Сказано – сделано. Я решил назавтра же отдать нужное распоряжение. Надо только предварительно посоветоваться с Варламом Александровичем… Глянул на часы: четвертый час ночи. Пожалуй, Варлам Александрович уже ушел домой, поздно. Впрочем, может, и не ушел? Попробуем.

Я снял трубку и попросил соединить меня с Аванесовым.

– Аванесова? Соединяю, – послышался бодрый голос дежурного Верхнего коммутатора.

Варлам Александрович был у себя.

– Павел Дмитриевич? Хорошо, что позвонил. Я как раз вернулся с Лубянки и собирался сам тебе звонить. Есть серьезные новости, зайди. Кстати, тебе будет одно поручение.

Через несколько минут я был уже в кабинете Аванесова. Варлам Александрович, дымя, как всегда, папиросой, пристально рассматривал какие-то бумаги. Увидев меня, он устало откинулся на спинку кресла и привычным жестом поправил пенсне. Вид у него был до крайности утомленный, но голос звучал бодро, энергично:

– Ну-с, Павел Дмитриевич, новости серьезные. Кажется, мы таки нащупали военную организацию «Национального центра». И знаешь, где? В школе маскировки.

– У Сучковых?..

– Да, да, не удивляйся. Именно у Сучковых, в школе военной маскировки.

Школу военной маскировки я знал превосходно. Помещалась она в Кунцево, по соседству с дачей, на которой жил прошлым летом Яков Михайлович с семьей, куда часто ездили Аванесов, Ярославский, другие товарищи.

Инициаторами создания школы были офицеры военного времени братья Сучковы, незаурядные специалисты в области военной маскировки. Казались они людьми вполне лояльными, советскими, подлинными энтузиастами своего дела. Один из них – начальник школы – даже был принят в прошлом году в партию. Братья Сучковы при жизни Якова Михайловича неоднократно бывали у него на даче, ходили они иногда и в Кремль, и с обоими я был знаком.

Остроумные, порой дерзкие и почти всегда полезные и дельные проекты Сучковых нередко увлекали Николая Ильича, и Подвойский охотно помогал школе.

Неужели же эти самые Сучковы оказались такими негодяями, впутались в белогвардейский заговор? А комиссар школы, тот что же? Просто шляпа! Уж он-то обязан был заметить, выяснить, разобраться. Впрочем, комиссар этот производил впечатление человека, весьма легкомысленного. У него был роман с сотрудницей Управления делами Совнаркома Озеревской, интересной женщиной лет двадцати восьми – тридцати.

Озеревская жила в Кремле. Муж ее, военный работник, постоянно бывал в разъездах, и Озеревская частенько в его отсутствие обращалась ко мне с просьбой выдать пропуск в Кремль ее знакомому – это как раз и был комиссар школы военной маскировки.

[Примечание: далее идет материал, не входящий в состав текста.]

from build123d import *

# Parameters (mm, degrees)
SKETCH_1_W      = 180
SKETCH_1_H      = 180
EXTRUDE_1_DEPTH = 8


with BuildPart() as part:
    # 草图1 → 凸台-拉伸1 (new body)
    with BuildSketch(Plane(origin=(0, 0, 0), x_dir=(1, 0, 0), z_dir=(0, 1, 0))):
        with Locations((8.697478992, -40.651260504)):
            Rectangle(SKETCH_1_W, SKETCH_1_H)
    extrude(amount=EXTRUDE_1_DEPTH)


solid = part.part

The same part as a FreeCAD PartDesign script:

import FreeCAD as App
import Part
import Sketcher

doc = App.newDocument("Part")
body = doc.addObject("PartDesign::Body", "Body")

sketch1 = body.newObject("Sketcher::SketchObject", "Sketch")
sketch1.AttachmentSupport = (doc.getObject("XZ_Plane"), [""])
sketch1.MapMode = "FlatFace"
sketch1.addGeometry([
    Part.LineSegment(App.Vector(-81.302521, -49.348739, 0), App.Vector(-81.302521, 130.651261, 0)),
    Part.LineSegment(App.Vector(-81.302521, 130.651261, 0), App.Vector(98.697479, 130.651261, 0)),
    Part.LineSegment(App.Vector(98.697479, 130.651261, 0), App.Vector(98.697479, -49.348739, 0)),
    Part.LineSegment(App.Vector(98.697479, -49.348739, 0), App.Vector(-81.302521, -49.348739, 0)),
], False)
sketch1.addConstraint([
    Sketcher.Constraint("Coincident", 0, 2, 1, 1),
    Sketcher.Constraint("Coincident", 1, 2, 2, 1),
    Sketcher.Constraint("Coincident", 2, 2, 3, 1),
    Sketcher.Constraint("Coincident", 3, 2, 0, 1),
    Sketcher.Constraint("Vertical", 0),
    Sketcher.Constraint("Horizontal", 1),
    Sketcher.Constraint("Vertical", 2),
    Sketcher.Constraint("Horizontal", 3),
    Sketcher.Constraint("Equal", 3, 0),
    Sketcher.Constraint("DistanceX", 1, 1, 1, 2, 180.0),
    Sketcher.Constraint("DistanceX", 0, 2, -1, 1, 81.302521),
    Sketcher.Constraint("DistanceY", -1, 1, 0, 2, 130.651261),
])
pad1 = body.newObject("PartDesign::Pad", "Pad")
pad1.Profile = sketch1
pad1.Length = 8
pad1.Reversed = True

doc.recompute()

Между тем Варлам Александрович подробно рассказал мне о событиях минувшего дня.

Дело, оказывается, обстояло так. В это утро в Кунцево, в школу военной маскировки, поехала пожилая женщина – инструктор Московского комитета партии – с целью ознакомиться с постановкой партийной работы. Была она там впервые, никого, кроме комиссара, в школе не знала, и ее никто из сотрудников школы и курсантов не знал.

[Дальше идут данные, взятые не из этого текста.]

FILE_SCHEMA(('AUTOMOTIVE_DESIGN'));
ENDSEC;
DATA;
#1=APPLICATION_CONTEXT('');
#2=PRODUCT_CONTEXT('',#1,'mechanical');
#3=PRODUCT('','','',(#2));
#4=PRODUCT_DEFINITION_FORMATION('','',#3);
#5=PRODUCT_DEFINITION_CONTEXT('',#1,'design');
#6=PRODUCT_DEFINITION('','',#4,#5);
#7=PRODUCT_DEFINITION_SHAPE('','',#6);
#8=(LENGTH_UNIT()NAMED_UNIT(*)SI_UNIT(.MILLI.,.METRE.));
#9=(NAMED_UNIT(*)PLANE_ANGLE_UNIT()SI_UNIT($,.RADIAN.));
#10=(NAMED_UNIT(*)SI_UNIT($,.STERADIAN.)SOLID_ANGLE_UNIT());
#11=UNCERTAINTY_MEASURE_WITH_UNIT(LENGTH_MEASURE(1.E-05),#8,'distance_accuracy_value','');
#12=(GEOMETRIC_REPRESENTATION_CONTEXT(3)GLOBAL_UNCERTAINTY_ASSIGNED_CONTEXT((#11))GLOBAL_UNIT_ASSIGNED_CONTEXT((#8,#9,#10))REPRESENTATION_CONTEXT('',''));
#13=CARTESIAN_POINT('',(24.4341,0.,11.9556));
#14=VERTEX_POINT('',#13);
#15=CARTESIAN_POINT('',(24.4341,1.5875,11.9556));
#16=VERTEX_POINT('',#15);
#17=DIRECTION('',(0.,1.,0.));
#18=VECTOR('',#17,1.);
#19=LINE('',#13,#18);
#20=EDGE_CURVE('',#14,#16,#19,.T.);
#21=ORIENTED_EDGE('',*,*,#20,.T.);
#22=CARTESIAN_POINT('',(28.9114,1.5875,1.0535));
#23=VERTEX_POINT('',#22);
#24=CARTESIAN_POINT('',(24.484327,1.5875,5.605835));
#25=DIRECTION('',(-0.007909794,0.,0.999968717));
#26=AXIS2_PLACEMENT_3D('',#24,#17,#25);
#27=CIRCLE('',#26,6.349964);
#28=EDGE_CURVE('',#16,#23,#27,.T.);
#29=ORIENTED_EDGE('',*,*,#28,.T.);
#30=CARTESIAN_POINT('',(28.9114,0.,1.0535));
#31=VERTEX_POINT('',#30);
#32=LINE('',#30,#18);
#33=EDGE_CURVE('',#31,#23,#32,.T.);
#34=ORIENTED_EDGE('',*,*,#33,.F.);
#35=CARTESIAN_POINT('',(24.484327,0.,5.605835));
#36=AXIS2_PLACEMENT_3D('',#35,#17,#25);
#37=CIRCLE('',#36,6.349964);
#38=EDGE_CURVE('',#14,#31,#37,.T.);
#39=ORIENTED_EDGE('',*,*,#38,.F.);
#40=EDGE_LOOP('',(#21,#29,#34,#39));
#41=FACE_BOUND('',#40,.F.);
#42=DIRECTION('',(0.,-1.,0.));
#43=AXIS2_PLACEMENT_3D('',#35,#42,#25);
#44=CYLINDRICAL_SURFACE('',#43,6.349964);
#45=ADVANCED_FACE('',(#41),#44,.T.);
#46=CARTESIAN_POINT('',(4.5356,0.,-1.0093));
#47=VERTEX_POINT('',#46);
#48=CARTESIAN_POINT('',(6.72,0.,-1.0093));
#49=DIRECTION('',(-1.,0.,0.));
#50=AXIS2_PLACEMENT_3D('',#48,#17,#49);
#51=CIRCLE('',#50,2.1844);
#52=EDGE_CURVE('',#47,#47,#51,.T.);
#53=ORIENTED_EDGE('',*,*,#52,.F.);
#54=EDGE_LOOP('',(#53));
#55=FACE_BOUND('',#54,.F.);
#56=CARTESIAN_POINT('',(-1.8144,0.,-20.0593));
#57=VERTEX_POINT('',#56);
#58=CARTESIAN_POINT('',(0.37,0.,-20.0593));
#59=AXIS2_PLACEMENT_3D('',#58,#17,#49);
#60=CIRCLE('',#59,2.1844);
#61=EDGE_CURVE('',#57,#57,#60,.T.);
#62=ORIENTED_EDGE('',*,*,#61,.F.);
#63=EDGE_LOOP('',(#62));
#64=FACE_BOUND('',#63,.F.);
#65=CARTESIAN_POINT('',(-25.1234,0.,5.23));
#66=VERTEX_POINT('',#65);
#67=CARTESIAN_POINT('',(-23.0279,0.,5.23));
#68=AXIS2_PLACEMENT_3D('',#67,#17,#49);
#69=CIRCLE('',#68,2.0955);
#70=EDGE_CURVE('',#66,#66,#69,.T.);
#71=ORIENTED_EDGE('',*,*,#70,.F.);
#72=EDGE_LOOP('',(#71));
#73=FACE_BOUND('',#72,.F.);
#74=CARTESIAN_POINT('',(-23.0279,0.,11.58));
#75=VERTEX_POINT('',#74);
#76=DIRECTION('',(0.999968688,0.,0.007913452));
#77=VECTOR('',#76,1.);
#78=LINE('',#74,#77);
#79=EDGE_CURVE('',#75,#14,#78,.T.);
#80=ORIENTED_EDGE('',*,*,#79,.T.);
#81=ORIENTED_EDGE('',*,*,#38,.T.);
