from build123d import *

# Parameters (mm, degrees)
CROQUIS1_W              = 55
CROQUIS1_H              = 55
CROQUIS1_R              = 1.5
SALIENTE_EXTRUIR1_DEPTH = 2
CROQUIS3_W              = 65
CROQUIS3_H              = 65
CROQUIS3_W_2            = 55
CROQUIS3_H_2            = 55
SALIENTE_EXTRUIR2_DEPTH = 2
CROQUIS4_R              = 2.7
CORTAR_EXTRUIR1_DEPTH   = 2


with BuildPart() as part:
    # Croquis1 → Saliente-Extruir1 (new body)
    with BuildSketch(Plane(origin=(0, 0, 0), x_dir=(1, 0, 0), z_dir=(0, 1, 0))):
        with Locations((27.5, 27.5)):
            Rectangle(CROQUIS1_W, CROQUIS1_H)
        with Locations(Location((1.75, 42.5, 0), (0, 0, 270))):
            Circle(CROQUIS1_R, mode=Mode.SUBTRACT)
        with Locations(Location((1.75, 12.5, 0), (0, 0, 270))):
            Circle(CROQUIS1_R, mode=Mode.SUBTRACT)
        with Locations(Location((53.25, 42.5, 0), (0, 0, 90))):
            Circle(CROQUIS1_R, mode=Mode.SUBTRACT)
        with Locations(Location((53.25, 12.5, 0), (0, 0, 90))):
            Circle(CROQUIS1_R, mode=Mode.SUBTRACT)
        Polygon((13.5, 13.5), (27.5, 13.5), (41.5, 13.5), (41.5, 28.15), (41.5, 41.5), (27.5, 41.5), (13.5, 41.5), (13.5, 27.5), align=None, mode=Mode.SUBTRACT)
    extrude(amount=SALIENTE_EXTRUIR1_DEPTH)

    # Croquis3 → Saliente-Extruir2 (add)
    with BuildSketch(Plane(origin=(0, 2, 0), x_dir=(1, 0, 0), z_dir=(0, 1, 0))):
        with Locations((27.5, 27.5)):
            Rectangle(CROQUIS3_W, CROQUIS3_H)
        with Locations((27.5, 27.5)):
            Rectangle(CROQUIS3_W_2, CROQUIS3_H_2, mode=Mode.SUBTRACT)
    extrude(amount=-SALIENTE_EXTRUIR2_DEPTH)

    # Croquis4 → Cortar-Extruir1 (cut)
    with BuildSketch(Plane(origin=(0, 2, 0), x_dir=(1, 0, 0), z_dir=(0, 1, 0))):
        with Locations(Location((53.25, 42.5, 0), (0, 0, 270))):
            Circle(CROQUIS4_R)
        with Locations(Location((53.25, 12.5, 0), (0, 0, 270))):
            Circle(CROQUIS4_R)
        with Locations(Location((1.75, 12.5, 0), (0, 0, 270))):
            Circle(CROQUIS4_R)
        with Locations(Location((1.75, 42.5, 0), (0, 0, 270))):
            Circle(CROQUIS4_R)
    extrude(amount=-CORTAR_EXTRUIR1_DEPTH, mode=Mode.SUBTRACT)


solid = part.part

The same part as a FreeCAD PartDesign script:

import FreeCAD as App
import Part
import Sketcher

V = App.Vector
Q = App.Units.Quantity

doc = App.newDocument("Part")
params = doc.addObject("Spreadsheet::Sheet", "Params")
for row, (alias, value) in enumerate([
    ("sketch1_diameter", "3 mm"),
    ("sketch1_width", "55 mm"),
    ("sketch1_width2", "28 mm"),
    ("pad1_length", "2 mm"),
    ("sketch2_width", "65 mm"),
    ("sketch2_width2", "55 mm"),
    ("pad2_length", "2 mm"),
    ("sketch3_diameter", "5.4 mm"),
    ("pocket1_length", "2 mm"),
], start=1):
    params.set(f"A{row}", alias)
    params.set(f"B{row}", "=" + value)
    params.setAlias(f"B{row}", alias)

body = doc.addObject("PartDesign::Body", "Body")

# Sketch on XZ plane
sketch1 = body.newObject("Sketcher::SketchObject", "Sketch")
sketch1.AttachmentSupport = (doc.getObject("XZ_Plane"), [""])
sketch1.MapMode = "FlatFace"
sketch1.addGeometry([
    Part.LineSegment(V(0, -55, 0), V(0, 0, 0)),  # 0
    Part.LineSegment(V(0, 0, 0), V(55, 0, 0)),  # 1
    Part.LineSegment(V(55, 0, 0), V(55, -55, 0)),  # 2
    Part.LineSegment(V(55, -55, 0), V(0, -55, 0)),  # 3
    Part.Circle(V(1.8, -12.5, 0), V(0, 0, 1), 1.5),  # 4
    Part.Circle(V(53.2, -12.5, 0), V(0, 0, 1), 1.5),  # 5
    Part.Circle(V(1.8, -42.5, 0), V(0, 0, 1), 1.5),  # 6
    Part.LineSegment(V(41.5, -13.5, 0), V(13.5, -13.5, 0)),  # 7
    Part.LineSegment(V(13.5, -13.5, 0), V(13.5, -41.5, 0)),  # 8
    Part.LineSegment(V(13.5, -41.5, 0), V(41.5, -41.5, 0)),  # 9
    Part.LineSegment(V(41.5, -41.5, 0), V(41.5, -13.5, 0)),  # 10
    Part.Circle(V(53.2, -42.5, 0), V(0, 0, 1), 1.5),  # 11
], False)
sketch1.addConstraint([
    Sketcher.Constraint("Coincident", 0, 2, 1, 1),
    Sketcher.Constraint("Coincident", 1, 2, 2, 1),
    Sketcher.Constraint("Coincident", 2, 2, 3, 1),
    Sketcher.Constraint("Coincident", 3, 2, 0, 1),
    Sketcher.Constraint("Coincident", 7, 2, 8, 1),
    Sketcher.Constraint("Coincident", 8, 2, 9, 1),
    Sketcher.Constraint("Coincident", 9, 2, 10, 1),
    Sketcher.Constraint("Coincident", 10, 2, 7, 1),
    Sketcher.Constraint("Vertical", 0),
    Sketcher.Constraint("Horizontal", 1),
    Sketcher.Constraint("Vertical", 2),
    Sketcher.Constraint("Horizontal", 3),
    Sketcher.Constraint("Horizontal", 7),
    Sketcher.Constraint("Vertical", 8),
    Sketcher.Constraint("Horizontal", 9),
    Sketcher.Constraint("Vertical", 10),
    Sketcher.Constraint("Coincident", 0, 2, -1, 1),
    Sketcher.Constraint("Equal", 4, 5),
    Sketcher.Constraint("Equal", 5, 6),
    Sketcher.Constraint("Equal", 6, 11),
    Sketcher.Constraint("Horizontal", 4, 3, 5, 3),
    Sketcher.Constraint("Horizontal", 6, 3, 11, 3),
    Sketcher.Constraint("Vertical", 4, 3, 6, 3),
    Sketcher.Constraint("Vertical", 5, 3, 11, 3),
    Sketcher.Constraint("Equal", 3, 0),
    Sketcher.Constraint("Equal", 9, 8),
    Sketcher.Constraint("Diameter", 4, Q("3 mm")),
    Sketcher.Constraint("DistanceX", 1, 1, 1, 2, Q("55 mm")),
    Sketcher.Constraint("DistanceX", 7, 2, 7, 1, Q("28 mm")),
    Sketcher.Constraint("DistanceY", 6, 3, 4, 3, Q("30 mm")),
    Sketcher.Constraint("DistanceY", 7, 2, 4, 3, Q("1 mm")),
    Sketcher.Constraint("DistanceY", 4, 3, -1, 1, Q("12.5 mm")),
    Sketcher.Constraint("DistanceX", -1, 1, 7, 2, Q("13.5 mm")),
    Sketcher.Constraint("DistanceX", 4, 3, 5, 3, Q("51.5 mm")),
    Sketcher.Constraint("DistanceX", -1, 1, 4, 3, Q("1.75 mm")),
])
sketch1.setExpression("Constraints[26]", "Params.sketch1_diameter")
sketch1.setExpression("Constraints[27]", "Params.sketch1_width")
sketch1.setExpression("Constraints[28]", "Params.sketch1_width2")
pad1 = body.newObject("PartDesign::Pad", "Pad")
pad1.Profile = sketch1
pad1.setExpression("Length", "Params.pad1_length")
pad1.Reversed = True

# Sketch on XZ plane
sketch2 = body.newObject("Sketcher::SketchObject", "Sketch001")
sketch2.AttachmentSupport = (doc.getObject("XZ_Plane"), [""])
sketch2.MapMode = "FlatFace"
sketch2.AttachmentOffset = App.Placement(V(0, 0, -2), App.Rotation())
sketch2.addGeometry([
    Part.LineSegment(V(-5, -60, 0), V(-5, 5, 0)),  # 0
    Part.LineSegment(V(-5, 5, 0), V(60, 5, 0)),  # 1
    Part.LineSegment(V(60, 5, 0), V(60, -60, 0)),  # 2
    Part.LineSegment(V(60, -60, 0), V(-5, -60, 0)),  # 3
    Part.LineSegment(V(55, 0, 0), V(0, 0, 0)),  # 4
    Part.LineSegment(V(0, 0, 0), V(0, -55, 0)),  # 5
    Part.LineSegment(V(0, -55, 0), V(55, -55, 0)),  # 6
    Part.LineSegment(V(55, -55, 0), V(55, 0, 0)),  # 7
], False)
sketch2.addConstraint([
    Sketcher.Constraint("Coincident", 0, 2, 1, 1),
    Sketcher.Constraint("Coincident", 1, 2, 2, 1),
    Sketcher.Constraint("Coincident", 2, 2, 3, 1),
    Sketcher.Constraint("Coincident", 3, 2, 0, 1),
    Sketcher.Constraint("Coincident", 4, 2, 5, 1),
    Sketcher.Constraint("Coincident", 5, 2, 6, 1),
    Sketcher.Constraint("Coincident", 6, 2, 7, 1),
    Sketcher.Constraint("Coincident", 7, 2, 4, 1),
    Sketcher.Constraint("Vertical", 0),
    Sketcher.Constraint("Horizontal", 1),
    Sketcher.Constraint("Vertical", 2),
    Sketcher.Constraint("Horizontal", 3),
    Sketcher.Constraint("Horizontal", 4),
    Sketcher.Constraint("Vertical", 5),
    Sketcher.Constraint("Horizontal", 6),
    Sketcher.Constraint("Vertical", 7),
    Sketcher.Constraint("Coincident", 4, 2, -1, 1),
    Sketcher.Constraint("Equal", 3, 0),
    Sketcher.Constraint("Equal", 6, 5),
    Sketcher.Constraint("DistanceX", 1, 1, 1, 2, Q("65 mm")),
    Sketcher.Constraint("DistanceX", 4, 2, 4, 1, Q("55 mm")),
    Sketcher.Constraint("DistanceX", 0, 2, -1, 1, Q("5 mm")),
    Sketcher.Constraint("DistanceY", -1, 1, 0, 2, Q("5 mm")),
])
sketch2.setExpression("Constraints[19]", "Params.sketch2_width")
sketch2.setExpression("Constraints[20]", "Params.sketch2_width2")
pad2 = body.newObject("PartDesign::Pad", "Pad001")
pad2.Profile = sketch2
pad2.setExpression("Length", "Params.pad2_length")

# Sketch on XZ plane
sketch3 = body.newObject("Sketcher::SketchObject", "Sketch002")
sketch3.AttachmentSupport = (doc.getObject("XZ_Plane"), [""])
sketch3.MapMode = "FlatFace"
sketch3.AttachmentOffset = App.Placement(V(0, 0, -2), App.Rotation())
sketch3.addGeometry([
    Part.Circle(V(53.2, -42.5, 0), V(0, 0, 1), 2.7),
    Part.Circle(V(53.2, -12.5, 0), V(0, 0, 1), 2.7),
    Part.Circle(V(1.8, -12.5, 0), V(0, 0, 1), 2.7),
    Part.Circle(V(1.8, -42.5, 0), V(0, 0, 1), 2.7),
], False)
sketch3.addConstraint([
    Sketcher.Constraint("Equal", 0, 1),
    Sketcher.Constraint("Equal", 1, 2),
    Sketcher.Constraint("Equal", 2, 3),
    Sketcher.Constraint("Horizontal", 1, 3, 2, 3),
    Sketcher.Constraint("Horizontal", 0, 3, 3, 3),
    Sketcher.Constraint("Vertical", 0, 3, 1, 3),
    Sketcher.Constraint("Vertical", 2, 3, 3, 3),
    Sketcher.Constraint("Diameter", 0, Q("5.4 mm")),
    Sketcher.Constraint("DistanceY", 0, 3, 1, 3, Q("30 mm")),
    Sketcher.Constraint("DistanceY", 0, 3, -1, 1, Q("42.5 mm")),
    Sketcher.Constraint("DistanceX", 2, 3, 1, 3, Q("51.5 mm")),
    Sketcher.Constraint("DistanceX", -1, 1, 0, 3, Q("53.25 mm")),
])
sketch3.setExpression("Constraints[7]", "Params.sketch3_diameter")
pocket1 = body.newObject("PartDesign::Pocket", "Pocket")
pocket1.Profile = sketch3
pocket1.setExpression("Length", "Params.pocket1_length")
pocket1.Reversed = True

doc.recompute()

Когда она приехала, комиссара на месте не оказалось, он куда-то ненадолго вышел. Она решила подождать, так как не хотела начинать работу, не побеседовав с комиссаром школы. Ждать пришлось в пустом, полутемном коридоре. От нечего делать она начала читать вывешенные на доске объявлений приказы и распоряжения по школе, с трудом разбирая расплывавшиеся в полумраке строки.

Возле того места, где она стояла, коридор под прямым углом поворачивал вправо, и видеть, что делалось за углом, она не могла, но слышала все. В то же время и ее из-за угла не было видно.